▸ **TASK DESCRIPTION**: Go to the line below containing "#49=DIRECTION('',(1.,0.,0.));" and print exactly from there through the line containing "#66=FACE_BOUND('',#65,.T.);", both included. Print nothing else.
▬▬▬▬▬▬
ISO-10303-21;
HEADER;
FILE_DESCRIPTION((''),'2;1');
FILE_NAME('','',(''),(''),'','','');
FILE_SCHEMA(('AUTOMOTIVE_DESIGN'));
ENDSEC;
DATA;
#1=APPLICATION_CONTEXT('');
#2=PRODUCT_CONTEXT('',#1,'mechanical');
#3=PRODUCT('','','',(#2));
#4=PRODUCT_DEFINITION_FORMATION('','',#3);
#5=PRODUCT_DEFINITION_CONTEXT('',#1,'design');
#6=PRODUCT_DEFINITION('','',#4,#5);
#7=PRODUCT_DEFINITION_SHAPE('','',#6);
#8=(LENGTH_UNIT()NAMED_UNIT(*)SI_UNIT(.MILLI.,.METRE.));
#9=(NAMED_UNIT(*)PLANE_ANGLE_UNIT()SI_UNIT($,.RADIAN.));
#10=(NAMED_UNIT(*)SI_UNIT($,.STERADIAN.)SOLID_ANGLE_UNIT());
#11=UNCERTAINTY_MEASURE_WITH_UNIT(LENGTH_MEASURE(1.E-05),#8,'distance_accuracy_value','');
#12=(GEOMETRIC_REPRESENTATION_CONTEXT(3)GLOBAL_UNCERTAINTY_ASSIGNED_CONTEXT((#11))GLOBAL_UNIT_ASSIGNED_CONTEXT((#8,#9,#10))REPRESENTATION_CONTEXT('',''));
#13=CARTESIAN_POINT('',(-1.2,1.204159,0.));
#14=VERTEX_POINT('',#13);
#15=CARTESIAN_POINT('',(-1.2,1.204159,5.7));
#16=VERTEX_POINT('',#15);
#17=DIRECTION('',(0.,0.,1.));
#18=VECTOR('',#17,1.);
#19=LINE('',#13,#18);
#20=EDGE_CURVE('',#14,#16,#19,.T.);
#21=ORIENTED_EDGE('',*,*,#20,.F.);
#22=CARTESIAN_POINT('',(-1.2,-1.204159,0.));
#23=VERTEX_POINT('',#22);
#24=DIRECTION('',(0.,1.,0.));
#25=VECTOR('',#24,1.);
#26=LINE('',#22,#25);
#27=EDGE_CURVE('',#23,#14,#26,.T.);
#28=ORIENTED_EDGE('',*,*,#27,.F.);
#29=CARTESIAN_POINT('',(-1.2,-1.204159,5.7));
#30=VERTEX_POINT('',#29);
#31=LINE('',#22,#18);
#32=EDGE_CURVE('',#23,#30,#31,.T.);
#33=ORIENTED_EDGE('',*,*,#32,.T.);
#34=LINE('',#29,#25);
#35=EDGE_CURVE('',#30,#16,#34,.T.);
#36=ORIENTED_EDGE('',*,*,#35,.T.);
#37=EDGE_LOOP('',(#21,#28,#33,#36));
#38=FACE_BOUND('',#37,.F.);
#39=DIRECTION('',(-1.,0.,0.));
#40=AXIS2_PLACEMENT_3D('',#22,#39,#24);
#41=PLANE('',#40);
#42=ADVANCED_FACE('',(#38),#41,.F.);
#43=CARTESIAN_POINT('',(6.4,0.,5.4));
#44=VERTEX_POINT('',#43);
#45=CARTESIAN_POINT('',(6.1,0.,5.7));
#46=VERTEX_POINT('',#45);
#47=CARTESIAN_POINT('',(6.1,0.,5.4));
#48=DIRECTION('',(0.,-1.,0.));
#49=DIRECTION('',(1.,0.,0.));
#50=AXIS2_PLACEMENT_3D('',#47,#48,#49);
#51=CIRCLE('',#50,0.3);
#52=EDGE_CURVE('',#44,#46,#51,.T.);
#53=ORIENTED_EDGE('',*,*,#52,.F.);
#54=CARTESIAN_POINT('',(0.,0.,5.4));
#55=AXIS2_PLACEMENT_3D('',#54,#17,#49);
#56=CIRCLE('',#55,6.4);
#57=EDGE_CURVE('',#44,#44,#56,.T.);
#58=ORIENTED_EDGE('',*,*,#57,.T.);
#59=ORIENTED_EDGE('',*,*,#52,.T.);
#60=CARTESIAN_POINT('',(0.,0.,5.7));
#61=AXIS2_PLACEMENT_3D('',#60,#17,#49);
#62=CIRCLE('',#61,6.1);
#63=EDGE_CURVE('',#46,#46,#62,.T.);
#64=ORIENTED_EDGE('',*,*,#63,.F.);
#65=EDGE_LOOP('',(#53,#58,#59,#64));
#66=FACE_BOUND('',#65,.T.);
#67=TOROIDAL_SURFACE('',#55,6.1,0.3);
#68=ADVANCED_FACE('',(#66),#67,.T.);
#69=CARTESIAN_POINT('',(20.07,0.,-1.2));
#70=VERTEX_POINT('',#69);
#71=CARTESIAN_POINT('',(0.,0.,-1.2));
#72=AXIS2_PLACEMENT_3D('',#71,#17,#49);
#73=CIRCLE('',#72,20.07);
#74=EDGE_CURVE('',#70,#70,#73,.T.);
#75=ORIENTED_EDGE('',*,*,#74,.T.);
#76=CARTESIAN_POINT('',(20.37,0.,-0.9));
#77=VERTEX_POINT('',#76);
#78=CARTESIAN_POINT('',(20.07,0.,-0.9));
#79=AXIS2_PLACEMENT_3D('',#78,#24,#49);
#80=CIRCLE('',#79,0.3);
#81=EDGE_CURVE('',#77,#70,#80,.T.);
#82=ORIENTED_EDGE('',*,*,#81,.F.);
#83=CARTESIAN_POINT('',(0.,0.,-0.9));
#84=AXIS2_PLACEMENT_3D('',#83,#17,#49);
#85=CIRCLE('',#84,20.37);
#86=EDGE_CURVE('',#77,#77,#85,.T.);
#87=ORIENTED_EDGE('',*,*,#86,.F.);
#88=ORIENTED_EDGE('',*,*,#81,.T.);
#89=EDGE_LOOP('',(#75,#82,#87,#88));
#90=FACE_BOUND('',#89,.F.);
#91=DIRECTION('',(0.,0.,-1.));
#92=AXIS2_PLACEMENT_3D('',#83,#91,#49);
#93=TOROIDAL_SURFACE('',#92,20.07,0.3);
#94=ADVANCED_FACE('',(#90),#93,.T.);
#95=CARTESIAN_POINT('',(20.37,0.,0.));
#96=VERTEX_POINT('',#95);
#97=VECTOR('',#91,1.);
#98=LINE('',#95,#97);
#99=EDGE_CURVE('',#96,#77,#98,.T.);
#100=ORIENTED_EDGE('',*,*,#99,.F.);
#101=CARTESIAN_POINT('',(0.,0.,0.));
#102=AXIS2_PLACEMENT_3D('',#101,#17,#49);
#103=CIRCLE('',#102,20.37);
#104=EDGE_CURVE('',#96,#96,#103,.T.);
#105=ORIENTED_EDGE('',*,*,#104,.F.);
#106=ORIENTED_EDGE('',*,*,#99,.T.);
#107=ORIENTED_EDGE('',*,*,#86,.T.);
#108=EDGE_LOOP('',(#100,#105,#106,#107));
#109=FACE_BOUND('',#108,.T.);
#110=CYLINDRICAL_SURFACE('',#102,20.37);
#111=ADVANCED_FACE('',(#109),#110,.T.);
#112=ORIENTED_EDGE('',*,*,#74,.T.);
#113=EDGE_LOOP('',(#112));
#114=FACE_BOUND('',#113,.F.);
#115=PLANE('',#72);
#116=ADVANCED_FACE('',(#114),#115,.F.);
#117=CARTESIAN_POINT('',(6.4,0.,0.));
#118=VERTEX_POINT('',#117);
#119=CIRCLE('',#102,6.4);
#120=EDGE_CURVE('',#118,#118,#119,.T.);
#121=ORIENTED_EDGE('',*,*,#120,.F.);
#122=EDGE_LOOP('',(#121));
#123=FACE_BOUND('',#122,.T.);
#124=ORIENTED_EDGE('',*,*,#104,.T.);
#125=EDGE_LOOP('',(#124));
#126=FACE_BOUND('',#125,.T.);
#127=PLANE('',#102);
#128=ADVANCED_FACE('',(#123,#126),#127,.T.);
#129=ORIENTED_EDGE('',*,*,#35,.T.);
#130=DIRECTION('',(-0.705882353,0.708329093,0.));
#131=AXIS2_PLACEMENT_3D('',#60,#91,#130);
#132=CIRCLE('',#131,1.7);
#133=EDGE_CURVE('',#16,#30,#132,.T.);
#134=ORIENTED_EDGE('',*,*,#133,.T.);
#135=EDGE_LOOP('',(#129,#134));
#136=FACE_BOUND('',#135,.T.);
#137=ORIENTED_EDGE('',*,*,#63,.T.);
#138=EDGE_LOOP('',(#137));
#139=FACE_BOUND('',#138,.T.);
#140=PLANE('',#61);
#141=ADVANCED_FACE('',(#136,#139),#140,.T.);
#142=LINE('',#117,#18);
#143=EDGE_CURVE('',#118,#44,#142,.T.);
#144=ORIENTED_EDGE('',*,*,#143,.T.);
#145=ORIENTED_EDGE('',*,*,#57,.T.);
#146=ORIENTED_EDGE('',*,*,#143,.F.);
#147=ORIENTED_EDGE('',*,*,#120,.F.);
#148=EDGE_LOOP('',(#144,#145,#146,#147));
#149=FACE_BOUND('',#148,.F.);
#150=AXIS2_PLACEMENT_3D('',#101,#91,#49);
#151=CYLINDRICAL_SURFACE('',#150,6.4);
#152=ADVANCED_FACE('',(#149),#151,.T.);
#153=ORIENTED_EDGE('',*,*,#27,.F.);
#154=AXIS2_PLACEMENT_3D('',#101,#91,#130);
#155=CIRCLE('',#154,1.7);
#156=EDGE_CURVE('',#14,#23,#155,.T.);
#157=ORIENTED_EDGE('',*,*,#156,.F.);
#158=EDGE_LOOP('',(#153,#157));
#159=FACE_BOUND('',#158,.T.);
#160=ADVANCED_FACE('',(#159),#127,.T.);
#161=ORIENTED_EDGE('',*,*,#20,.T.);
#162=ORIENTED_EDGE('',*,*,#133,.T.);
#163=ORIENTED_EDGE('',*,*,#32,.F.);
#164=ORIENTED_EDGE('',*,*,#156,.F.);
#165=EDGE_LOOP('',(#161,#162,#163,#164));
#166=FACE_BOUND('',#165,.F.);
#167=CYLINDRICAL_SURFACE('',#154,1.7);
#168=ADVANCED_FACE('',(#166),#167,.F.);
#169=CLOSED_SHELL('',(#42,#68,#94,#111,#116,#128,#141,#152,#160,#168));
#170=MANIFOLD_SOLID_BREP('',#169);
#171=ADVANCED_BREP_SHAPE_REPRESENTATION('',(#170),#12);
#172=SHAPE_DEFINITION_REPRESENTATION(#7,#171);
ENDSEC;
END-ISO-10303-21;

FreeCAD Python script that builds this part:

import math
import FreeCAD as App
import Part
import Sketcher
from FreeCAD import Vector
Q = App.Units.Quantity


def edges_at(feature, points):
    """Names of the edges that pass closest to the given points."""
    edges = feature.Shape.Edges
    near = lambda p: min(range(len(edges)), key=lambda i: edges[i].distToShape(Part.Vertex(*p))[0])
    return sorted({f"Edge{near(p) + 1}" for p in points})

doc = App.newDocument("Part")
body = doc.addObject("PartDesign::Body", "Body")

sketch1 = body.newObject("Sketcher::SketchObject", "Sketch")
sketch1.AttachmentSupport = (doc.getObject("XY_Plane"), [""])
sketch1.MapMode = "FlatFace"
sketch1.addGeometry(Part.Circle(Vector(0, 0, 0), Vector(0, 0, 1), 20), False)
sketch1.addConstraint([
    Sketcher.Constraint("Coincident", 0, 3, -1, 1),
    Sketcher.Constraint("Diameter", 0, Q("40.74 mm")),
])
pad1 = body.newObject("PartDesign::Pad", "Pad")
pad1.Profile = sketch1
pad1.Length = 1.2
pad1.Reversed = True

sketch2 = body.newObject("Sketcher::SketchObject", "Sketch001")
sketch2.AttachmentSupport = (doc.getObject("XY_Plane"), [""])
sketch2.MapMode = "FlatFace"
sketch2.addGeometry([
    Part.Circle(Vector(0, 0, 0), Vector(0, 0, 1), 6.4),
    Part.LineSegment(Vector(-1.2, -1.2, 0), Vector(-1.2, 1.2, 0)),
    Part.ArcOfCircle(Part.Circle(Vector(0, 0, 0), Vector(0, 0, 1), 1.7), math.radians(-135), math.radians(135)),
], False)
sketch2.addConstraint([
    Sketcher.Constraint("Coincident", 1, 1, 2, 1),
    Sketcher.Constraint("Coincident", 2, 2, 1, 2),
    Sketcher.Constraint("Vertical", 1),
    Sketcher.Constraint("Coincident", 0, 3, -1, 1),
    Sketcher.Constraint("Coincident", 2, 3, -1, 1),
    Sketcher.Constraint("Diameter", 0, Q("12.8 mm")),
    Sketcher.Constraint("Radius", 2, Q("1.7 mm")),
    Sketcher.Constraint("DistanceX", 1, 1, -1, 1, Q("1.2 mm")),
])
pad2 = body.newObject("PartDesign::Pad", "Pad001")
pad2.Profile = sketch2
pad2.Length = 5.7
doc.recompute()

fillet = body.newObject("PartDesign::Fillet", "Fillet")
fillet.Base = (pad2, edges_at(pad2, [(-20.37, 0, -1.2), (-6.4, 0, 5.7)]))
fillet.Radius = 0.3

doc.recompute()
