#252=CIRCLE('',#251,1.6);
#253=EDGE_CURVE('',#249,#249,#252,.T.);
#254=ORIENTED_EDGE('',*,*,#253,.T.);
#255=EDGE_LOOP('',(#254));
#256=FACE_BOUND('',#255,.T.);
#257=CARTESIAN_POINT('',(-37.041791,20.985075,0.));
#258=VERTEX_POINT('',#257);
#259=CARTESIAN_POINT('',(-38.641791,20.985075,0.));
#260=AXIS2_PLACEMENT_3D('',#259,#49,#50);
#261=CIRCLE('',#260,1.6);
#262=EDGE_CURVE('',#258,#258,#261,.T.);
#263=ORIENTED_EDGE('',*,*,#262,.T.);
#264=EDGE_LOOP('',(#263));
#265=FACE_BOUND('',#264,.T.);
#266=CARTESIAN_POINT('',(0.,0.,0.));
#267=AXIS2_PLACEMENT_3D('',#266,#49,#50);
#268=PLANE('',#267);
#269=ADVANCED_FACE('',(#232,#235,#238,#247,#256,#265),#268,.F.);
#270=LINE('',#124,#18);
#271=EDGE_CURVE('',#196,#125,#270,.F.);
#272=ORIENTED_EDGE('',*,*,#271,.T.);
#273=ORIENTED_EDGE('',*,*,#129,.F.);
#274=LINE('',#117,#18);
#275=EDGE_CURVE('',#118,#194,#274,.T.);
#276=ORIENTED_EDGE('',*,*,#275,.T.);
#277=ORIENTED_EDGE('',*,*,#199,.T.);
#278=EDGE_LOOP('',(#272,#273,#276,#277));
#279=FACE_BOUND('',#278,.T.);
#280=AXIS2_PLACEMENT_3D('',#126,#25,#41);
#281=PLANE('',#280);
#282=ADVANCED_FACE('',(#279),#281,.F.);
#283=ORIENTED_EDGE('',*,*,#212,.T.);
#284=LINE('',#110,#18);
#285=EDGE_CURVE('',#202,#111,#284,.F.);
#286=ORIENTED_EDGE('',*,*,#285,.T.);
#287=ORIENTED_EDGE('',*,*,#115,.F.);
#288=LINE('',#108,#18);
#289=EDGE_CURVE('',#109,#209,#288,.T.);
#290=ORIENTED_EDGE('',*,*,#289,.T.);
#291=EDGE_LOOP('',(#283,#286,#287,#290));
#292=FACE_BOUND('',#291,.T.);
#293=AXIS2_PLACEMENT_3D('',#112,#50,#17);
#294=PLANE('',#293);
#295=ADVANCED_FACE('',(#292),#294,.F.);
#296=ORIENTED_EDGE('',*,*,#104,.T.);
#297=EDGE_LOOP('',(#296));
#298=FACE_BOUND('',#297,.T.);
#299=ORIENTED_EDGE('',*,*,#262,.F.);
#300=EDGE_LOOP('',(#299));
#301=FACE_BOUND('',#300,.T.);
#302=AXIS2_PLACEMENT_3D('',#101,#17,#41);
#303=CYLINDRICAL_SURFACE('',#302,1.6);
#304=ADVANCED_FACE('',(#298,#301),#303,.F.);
▬▬▬▬▬▬
▸ **ANSWER**:
#49=DIRECTION('',(1.,0.,0.));
#50=AXIS2_PLACEMENT_3D('',#47,#48,#49);
#51=CIRCLE('',#50,0.3);
#52=EDGE_CURVE('',#44,#46,#51,.T.);
#53=ORIENTED_EDGE('',*,*,#52,.F.);
#54=CARTESIAN_POINT('',(0.,0.,5.4));
#55=AXIS2_PLACEMENT_3D('',#54,#17,#49);
#56=CIRCLE('',#55,6.4);
#57=EDGE_CURVE('',#44,#44,#56,.T.);
#58=ORIENTED_EDGE('',*,*,#57,.T.);
#59=ORIENTED_EDGE('',*,*,#52,.T.);
#60=CARTESIAN_POINT('',(0.,0.,5.7));
#61=AXIS2_PLACEMENT_3D('',#60,#17,#49);
#62=CIRCLE('',#61,6.1);
#63=EDGE_CURVE('',#46,#46,#62,.T.);
#64=ORIENTED_EDGE('',*,*,#63,.F.);
#65=EDGE_LOOP('',(#53,#58,#59,#64));
#66=FACE_BOUND('',#65,.T.);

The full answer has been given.